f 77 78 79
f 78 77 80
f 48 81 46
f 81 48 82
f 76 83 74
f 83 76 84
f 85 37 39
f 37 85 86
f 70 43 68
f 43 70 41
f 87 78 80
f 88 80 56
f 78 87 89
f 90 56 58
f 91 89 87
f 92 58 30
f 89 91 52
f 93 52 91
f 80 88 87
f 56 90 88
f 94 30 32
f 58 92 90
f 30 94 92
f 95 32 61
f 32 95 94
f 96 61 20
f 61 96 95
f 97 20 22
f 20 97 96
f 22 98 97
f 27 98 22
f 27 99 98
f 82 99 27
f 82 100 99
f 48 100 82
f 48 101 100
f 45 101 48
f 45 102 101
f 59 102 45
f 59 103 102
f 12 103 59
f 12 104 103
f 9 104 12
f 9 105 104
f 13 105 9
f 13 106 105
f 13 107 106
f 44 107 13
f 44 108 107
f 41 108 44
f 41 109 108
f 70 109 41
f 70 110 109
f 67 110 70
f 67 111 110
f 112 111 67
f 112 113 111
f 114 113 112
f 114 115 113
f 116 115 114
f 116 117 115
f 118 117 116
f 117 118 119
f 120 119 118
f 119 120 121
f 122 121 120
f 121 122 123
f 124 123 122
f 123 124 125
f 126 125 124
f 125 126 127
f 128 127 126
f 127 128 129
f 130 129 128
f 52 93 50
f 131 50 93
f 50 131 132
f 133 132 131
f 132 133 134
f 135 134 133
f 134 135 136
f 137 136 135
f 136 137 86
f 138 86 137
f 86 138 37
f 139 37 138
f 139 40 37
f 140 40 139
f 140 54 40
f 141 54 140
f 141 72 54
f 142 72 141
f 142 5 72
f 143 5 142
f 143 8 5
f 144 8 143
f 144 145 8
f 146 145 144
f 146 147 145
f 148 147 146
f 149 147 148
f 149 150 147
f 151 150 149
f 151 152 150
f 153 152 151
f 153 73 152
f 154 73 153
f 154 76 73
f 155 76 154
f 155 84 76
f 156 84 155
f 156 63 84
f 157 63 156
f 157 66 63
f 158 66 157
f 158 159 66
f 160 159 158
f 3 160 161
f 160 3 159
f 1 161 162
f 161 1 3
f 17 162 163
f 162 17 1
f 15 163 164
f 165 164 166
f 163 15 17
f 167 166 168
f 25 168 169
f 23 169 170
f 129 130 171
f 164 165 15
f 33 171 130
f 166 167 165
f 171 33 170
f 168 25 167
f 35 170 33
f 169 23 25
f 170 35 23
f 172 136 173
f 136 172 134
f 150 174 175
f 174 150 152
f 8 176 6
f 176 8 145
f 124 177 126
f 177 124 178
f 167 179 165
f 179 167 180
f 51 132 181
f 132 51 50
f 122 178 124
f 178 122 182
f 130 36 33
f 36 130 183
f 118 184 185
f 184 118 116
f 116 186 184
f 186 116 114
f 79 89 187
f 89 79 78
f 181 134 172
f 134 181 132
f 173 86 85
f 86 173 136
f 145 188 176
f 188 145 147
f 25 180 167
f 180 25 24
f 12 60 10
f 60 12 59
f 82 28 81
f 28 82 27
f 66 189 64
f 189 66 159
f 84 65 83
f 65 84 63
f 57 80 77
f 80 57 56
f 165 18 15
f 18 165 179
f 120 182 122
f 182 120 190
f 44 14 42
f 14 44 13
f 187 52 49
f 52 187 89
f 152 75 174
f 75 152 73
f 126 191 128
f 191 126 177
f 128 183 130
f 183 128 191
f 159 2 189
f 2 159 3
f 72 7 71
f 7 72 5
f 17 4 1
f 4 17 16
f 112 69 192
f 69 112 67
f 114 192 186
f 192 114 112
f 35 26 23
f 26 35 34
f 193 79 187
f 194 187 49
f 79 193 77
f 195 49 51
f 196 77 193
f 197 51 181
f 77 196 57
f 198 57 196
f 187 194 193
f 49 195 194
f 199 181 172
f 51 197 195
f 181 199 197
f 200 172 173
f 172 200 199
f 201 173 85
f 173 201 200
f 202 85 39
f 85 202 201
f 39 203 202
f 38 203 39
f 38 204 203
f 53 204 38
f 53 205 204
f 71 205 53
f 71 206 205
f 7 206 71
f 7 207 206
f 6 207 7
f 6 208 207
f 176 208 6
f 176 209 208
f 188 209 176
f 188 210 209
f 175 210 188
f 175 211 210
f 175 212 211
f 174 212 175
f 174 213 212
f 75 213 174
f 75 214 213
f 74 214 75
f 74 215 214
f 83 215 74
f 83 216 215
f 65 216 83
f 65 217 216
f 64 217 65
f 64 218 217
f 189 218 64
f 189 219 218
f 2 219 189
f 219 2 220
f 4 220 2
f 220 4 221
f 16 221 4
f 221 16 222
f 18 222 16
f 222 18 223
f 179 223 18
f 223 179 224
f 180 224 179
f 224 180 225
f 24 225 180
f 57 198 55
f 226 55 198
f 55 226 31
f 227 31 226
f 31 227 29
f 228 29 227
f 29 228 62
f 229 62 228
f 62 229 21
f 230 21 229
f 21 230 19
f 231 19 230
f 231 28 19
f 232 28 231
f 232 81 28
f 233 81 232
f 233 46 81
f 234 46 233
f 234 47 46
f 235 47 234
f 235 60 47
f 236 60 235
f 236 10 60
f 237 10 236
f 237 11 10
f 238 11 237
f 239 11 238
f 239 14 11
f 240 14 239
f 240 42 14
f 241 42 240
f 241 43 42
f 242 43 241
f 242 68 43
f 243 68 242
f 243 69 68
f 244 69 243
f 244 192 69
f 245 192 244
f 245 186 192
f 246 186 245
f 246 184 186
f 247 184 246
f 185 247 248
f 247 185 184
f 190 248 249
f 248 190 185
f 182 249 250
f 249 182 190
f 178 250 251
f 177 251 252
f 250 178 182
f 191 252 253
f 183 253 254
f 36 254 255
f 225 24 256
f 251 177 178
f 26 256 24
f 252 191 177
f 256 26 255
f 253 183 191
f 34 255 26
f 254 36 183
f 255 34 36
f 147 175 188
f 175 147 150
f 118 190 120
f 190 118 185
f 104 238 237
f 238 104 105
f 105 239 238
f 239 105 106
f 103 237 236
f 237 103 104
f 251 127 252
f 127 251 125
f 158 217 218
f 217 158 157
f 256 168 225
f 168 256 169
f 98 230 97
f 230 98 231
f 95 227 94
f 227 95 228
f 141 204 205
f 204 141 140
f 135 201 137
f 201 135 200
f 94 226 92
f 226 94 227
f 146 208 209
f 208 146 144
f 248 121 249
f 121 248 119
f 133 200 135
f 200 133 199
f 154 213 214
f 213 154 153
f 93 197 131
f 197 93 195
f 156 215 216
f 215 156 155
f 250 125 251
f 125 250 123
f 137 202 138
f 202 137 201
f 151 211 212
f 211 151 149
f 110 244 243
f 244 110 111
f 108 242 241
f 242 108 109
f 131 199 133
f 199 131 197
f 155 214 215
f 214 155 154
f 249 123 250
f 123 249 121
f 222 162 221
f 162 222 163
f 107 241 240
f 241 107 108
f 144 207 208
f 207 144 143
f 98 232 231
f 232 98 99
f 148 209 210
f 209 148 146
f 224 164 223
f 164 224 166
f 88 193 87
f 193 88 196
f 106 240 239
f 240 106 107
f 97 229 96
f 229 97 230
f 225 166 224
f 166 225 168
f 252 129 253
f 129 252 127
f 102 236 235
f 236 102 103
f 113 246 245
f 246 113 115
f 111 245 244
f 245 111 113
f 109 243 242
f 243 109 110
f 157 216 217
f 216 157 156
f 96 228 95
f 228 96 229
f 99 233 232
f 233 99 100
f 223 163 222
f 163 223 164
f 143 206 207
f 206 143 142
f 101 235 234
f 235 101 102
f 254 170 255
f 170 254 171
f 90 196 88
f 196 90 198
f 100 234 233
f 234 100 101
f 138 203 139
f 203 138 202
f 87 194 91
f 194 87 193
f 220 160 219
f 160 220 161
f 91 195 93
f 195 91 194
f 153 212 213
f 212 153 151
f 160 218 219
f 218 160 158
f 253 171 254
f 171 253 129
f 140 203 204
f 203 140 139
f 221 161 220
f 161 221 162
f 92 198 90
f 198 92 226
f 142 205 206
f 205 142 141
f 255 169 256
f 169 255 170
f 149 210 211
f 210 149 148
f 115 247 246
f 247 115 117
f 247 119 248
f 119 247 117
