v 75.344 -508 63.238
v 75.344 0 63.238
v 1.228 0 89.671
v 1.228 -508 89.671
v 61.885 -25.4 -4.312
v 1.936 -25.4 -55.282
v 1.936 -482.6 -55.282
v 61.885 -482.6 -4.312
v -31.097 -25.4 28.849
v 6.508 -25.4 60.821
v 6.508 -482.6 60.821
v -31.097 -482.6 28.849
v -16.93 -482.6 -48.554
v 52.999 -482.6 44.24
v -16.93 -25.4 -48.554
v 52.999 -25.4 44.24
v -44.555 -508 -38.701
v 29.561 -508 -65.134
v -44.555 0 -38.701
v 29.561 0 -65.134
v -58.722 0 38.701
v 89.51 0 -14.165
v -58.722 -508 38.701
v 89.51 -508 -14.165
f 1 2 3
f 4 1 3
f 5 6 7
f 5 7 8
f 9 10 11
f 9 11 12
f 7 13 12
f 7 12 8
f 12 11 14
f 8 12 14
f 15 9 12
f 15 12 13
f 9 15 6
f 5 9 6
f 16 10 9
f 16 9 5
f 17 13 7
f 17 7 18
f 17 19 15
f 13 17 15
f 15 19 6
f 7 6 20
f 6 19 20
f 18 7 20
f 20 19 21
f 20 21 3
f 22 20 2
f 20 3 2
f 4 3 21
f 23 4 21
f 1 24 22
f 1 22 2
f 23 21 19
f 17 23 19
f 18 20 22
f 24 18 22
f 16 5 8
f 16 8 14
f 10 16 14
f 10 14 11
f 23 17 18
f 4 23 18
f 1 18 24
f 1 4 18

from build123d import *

# Parameters (mm, degrees)
F1_DEPTH = 508
F2_T     = -25.4


with BuildPart() as f1:
    # F0 (on Front) → F1 (new body)
    with BuildSketch(Plane.XZ):
        Polygon((-58.7216, 38.701411), (-44.555271, -38.701411), (29.560703, -65.13442), (89.510348, -14.164609), (75.344019, 63.238212), (1.228045, 89.671222), align=None)
    extrude(amount=F1_DEPTH)

    # F2
    f2_openings = [f1.faces().sort_by_distance(p)[0] for p in [
        (-7.497284, -254, -51.917915),
    ]]
    offset(amount=F2_T, openings=f2_openings)


solid = f1.part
● ● ●
• Exercise prompt:
The listing above holds a line with "f 237 103 104" and a line with "v -31.097 -482.6 28.849". Print the stretch from the first through the second, exactly and alone.

• Result below:
f 237 103 104
f 251 127 252
f 127 251 125
f 158 217 218
f 217 158 157
f 256 168 225
f 168 256 169
f 98 230 97
f 230 98 231
f 95 227 94
f 227 95 228
f 141 204 205
f 204 141 140
f 135 201 137
f 201 135 200
f 94 226 92
f 226 94 227
f 146 208 209
f 208 146 144
f 248 121 249
f 121 248 119
f 133 200 135
f 200 133 199
f 154 213 214
f 213 154 153
f 93 197 131
f 197 93 195
f 156 215 216
f 215 156 155
f 250 125 251
f 125 250 123
f 137 202 138
f 202 137 201
f 151 211 212
f 211 151 149
f 110 244 243
f 244 110 111
f 108 242 241
f 242 108 109
f 131 199 133
f 199 131 197
f 155 214 215
f 214 155 154
f 249 123 250
f 123 249 121
f 222 162 221
f 162 222 163
f 107 241 240
f 241 107 108
f 144 207 208
f 207 144 143
f 98 232 231
f 232 98 99
f 148 209 210
f 209 148 146
f 224 164 223
f 164 224 166
f 88 193 87
f 193 88 196
f 106 240 239
f 240 106 107
f 97 229 96
f 229 97 230
f 225 166 224
f 166 225 168
f 252 129 253
f 129 252 127
f 102 236 235
f 236 102 103
f 113 246 245
f 246 113 115
f 111 245 244
f 245 111 113
f 109 243 242
f 243 109 110
f 157 216 217
f 216 157 156
f 96 228 95
f 228 96 229
f 99 233 232
f 233 99 100
f 223 163 222
f 163 223 164
f 143 206 207
f 206 143 142
f 101 235 234
f 235 101 102
f 254 170 255
f 170 254 171
f 90 196 88
f 196 90 198
f 100 234 233
f 234 100 101
f 138 203 139
f 203 138 202
f 87 194 91
f 194 87 193
f 220 160 219
f 160 220 161
f 91 195 93
f 195 91 194
f 153 212 213
f 212 153 151
f 160 218 219
f 218 160 158
f 253 171 254
f 171 253 129
f 140 203 204
f 203 140 139
f 221 161 220
f 161 221 162
f 92 198 90
f 198 92 226
f 142 205 206
f 205 142 141
f 255 169 256
f 169 255 170
f 149 210 211
f 210 149 148
f 115 247 246
f 247 115 117
f 247 119 248
f 119 247 117
v 75.344 -508 63.238
v 75.344 0 63.238
v 1.228 0 89.671
v 1.228 -508 89.671
v 61.885 -25.4 -4.312
v 1.936 -25.4 -55.282
v 1.936 -482.6 -55.282
v 61.885 -482.6 -4.312
v -31.097 -25.4 28.849
v 6.508 -25.4 60.821
v 6.508 -482.6 60.821
v -31.097 -482.6 28.849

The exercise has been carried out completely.